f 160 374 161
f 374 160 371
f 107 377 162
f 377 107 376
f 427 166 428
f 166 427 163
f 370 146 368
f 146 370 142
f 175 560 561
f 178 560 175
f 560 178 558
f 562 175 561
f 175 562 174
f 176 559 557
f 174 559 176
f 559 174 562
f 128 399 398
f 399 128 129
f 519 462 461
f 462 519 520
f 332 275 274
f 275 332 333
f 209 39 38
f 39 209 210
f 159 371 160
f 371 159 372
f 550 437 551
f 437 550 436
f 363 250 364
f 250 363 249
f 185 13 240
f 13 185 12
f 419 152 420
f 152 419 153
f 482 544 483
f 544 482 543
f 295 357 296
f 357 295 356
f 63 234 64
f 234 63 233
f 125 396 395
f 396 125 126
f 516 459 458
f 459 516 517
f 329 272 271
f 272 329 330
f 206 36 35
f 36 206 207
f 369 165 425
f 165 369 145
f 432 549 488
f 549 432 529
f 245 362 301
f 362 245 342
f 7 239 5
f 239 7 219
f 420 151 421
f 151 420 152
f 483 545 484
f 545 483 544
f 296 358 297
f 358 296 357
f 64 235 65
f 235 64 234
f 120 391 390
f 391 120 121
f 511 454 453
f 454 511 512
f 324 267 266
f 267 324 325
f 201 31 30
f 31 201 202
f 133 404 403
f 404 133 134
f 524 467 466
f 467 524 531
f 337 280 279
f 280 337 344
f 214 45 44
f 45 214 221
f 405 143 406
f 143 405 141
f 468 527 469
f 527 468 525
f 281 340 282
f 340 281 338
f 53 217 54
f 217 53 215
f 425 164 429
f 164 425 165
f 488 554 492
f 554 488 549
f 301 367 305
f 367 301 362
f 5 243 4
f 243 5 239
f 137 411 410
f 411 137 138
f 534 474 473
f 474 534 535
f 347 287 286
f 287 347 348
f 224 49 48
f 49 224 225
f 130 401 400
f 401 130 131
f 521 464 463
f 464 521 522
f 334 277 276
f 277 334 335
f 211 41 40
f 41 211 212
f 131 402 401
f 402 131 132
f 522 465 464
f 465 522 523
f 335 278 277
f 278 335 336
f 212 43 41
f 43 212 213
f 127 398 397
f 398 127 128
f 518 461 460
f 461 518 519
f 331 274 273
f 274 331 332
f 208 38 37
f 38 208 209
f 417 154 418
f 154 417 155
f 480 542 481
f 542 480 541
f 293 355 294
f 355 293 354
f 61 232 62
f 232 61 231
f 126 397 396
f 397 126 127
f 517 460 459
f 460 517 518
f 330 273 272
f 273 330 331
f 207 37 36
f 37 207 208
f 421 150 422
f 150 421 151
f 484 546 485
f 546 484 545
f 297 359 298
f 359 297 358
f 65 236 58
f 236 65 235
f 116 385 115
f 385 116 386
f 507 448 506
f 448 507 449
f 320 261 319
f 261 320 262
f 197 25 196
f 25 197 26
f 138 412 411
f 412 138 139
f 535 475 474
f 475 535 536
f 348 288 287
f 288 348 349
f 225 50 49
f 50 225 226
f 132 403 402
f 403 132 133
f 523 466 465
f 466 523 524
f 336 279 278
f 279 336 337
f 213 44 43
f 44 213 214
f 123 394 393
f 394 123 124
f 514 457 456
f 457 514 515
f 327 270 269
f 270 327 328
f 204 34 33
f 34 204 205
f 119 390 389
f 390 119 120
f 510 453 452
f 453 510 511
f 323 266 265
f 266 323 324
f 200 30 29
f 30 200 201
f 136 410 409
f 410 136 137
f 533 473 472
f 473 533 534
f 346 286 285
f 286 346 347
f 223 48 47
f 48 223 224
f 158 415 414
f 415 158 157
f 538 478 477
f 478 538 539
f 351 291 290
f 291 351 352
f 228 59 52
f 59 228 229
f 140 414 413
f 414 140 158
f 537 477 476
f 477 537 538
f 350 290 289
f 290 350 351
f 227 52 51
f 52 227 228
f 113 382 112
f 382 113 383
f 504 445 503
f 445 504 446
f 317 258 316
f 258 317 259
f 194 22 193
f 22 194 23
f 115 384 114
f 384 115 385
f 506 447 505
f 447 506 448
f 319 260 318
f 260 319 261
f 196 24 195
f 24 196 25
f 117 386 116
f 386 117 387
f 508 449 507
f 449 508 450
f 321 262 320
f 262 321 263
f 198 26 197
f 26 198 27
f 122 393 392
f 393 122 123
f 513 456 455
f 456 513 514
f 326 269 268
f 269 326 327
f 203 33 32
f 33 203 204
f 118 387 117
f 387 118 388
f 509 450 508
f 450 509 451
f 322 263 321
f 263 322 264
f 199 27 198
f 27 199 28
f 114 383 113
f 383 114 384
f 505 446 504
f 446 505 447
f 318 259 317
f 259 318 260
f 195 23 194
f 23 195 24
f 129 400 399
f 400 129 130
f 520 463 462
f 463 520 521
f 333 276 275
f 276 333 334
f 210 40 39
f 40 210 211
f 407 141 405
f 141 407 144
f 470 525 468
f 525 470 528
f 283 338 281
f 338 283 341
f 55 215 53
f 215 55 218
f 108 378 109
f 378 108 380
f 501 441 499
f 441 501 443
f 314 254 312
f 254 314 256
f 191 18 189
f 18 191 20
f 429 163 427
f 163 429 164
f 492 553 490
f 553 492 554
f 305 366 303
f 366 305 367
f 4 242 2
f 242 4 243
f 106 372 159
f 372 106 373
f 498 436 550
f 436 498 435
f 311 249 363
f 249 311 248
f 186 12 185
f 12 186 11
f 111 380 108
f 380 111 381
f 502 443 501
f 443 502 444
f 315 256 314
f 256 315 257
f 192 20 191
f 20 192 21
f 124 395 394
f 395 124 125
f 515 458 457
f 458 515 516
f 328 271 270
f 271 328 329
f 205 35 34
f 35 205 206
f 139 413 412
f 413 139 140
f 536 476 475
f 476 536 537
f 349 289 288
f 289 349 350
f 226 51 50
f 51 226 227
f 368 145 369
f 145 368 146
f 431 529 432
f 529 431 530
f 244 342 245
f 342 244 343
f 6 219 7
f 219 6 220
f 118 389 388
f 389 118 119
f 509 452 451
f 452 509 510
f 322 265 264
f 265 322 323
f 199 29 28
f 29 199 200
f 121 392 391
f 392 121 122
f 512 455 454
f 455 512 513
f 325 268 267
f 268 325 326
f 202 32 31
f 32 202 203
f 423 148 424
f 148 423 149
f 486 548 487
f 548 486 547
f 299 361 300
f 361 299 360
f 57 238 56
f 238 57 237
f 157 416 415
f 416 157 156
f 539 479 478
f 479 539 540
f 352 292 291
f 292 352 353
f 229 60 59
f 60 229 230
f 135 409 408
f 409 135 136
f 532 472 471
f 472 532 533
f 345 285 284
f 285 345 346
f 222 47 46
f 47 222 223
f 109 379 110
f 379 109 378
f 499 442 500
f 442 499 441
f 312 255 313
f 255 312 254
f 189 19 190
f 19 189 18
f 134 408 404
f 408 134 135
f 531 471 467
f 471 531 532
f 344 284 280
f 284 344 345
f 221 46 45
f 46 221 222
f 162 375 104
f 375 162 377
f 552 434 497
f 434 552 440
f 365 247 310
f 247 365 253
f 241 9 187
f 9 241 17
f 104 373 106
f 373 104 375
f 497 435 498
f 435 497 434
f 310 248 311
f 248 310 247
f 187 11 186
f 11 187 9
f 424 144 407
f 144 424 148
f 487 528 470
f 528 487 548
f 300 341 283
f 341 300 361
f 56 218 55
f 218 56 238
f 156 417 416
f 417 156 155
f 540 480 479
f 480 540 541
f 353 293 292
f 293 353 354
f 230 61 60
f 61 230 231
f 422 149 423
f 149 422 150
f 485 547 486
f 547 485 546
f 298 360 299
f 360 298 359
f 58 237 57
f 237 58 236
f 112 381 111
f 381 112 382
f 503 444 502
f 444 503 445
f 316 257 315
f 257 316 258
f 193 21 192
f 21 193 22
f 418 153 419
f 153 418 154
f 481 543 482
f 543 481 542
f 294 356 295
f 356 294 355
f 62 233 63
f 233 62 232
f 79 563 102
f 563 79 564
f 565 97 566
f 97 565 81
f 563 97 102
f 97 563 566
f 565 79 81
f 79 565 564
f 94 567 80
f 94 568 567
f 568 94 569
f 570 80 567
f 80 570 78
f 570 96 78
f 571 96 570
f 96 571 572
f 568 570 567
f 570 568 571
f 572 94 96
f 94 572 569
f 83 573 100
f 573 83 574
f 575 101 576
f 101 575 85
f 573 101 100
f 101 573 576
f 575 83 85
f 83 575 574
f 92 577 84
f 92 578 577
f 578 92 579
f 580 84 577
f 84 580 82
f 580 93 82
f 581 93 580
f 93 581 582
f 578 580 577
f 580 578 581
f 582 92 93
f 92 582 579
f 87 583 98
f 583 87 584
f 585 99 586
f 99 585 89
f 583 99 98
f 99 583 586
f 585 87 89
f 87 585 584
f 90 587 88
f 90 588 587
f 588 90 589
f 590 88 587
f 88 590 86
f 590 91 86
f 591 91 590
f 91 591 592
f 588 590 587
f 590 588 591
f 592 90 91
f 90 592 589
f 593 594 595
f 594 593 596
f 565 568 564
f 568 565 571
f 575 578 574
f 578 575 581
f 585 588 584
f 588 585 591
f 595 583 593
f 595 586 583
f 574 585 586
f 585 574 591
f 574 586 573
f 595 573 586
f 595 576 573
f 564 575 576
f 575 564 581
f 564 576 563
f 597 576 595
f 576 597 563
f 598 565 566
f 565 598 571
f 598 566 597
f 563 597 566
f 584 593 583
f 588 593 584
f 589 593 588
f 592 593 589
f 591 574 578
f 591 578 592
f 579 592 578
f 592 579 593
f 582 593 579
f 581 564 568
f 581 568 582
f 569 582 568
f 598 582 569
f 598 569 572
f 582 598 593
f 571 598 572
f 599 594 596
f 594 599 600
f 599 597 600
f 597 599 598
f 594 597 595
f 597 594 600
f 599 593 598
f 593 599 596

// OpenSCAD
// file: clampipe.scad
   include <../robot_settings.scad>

######

Task directions -> Of all the entries above, repeat only the lines from the line that has "f 50 225 226" to the line that has "f 129 400 399", both lines included, exactly.

Written response ->
f 50 225 226
f 132 403 402
f 403 132 133
f 523 466 465
f 466 523 524
f 336 279 278
f 279 336 337
f 213 44 43
f 44 213 214
f 123 394 393
f 394 123 124
f 514 457 456
f 457 514 515
f 327 270 269
f 270 327 328
f 204 34 33
f 34 204 205
f 119 390 389
f 390 119 120
f 510 453 452
f 453 510 511
f 323 266 265
f 266 323 324
f 200 30 29
f 30 200 201
f 136 410 409
f 410 136 137
f 533 473 472
f 473 533 534
f 346 286 285
f 286 346 347
f 223 48 47
f 48 223 224
f 158 415 414
f 415 158 157
f 538 478 477
f 478 538 539
f 351 291 290
f 291 351 352
f 228 59 52
f 59 228 229
f 140 414 413
f 414 140 158
f 537 477 476
f 477 537 538
f 350 290 289
f 290 350 351
f 227 52 51
f 52 227 228
f 113 382 112
f 382 113 383
f 504 445 503
f 445 504 446
f 317 258 316
f 258 317 259
f 194 22 193
f 22 194 23
f 115 384 114
f 384 115 385
f 506 447 505
f 447 506 448
f 319 260 318
f 260 319 261
f 196 24 195
f 24 196 25
f 117 386 116
f 386 117 387
f 508 449 507
f 449 508 450
f 321 262 320
f 262 321 263
f 198 26 197
f 26 198 27
f 122 393 392
f 393 122 123
f 513 456 455
f 456 513 514
f 326 269 268
f 269 326 327
f 203 33 32
f 33 203 204
f 118 387 117
f 387 118 388
f 509 450 508
f 450 509 451
f 322 263 321
f 263 322 264
f 199 27 198
f 27 199 28
f 114 383 113
f 383 114 384
f 505 446 504
f 446 505 447
f 318 259 317
f 259 318 260
f 195 23 194
f 23 195 24
f 129 400 399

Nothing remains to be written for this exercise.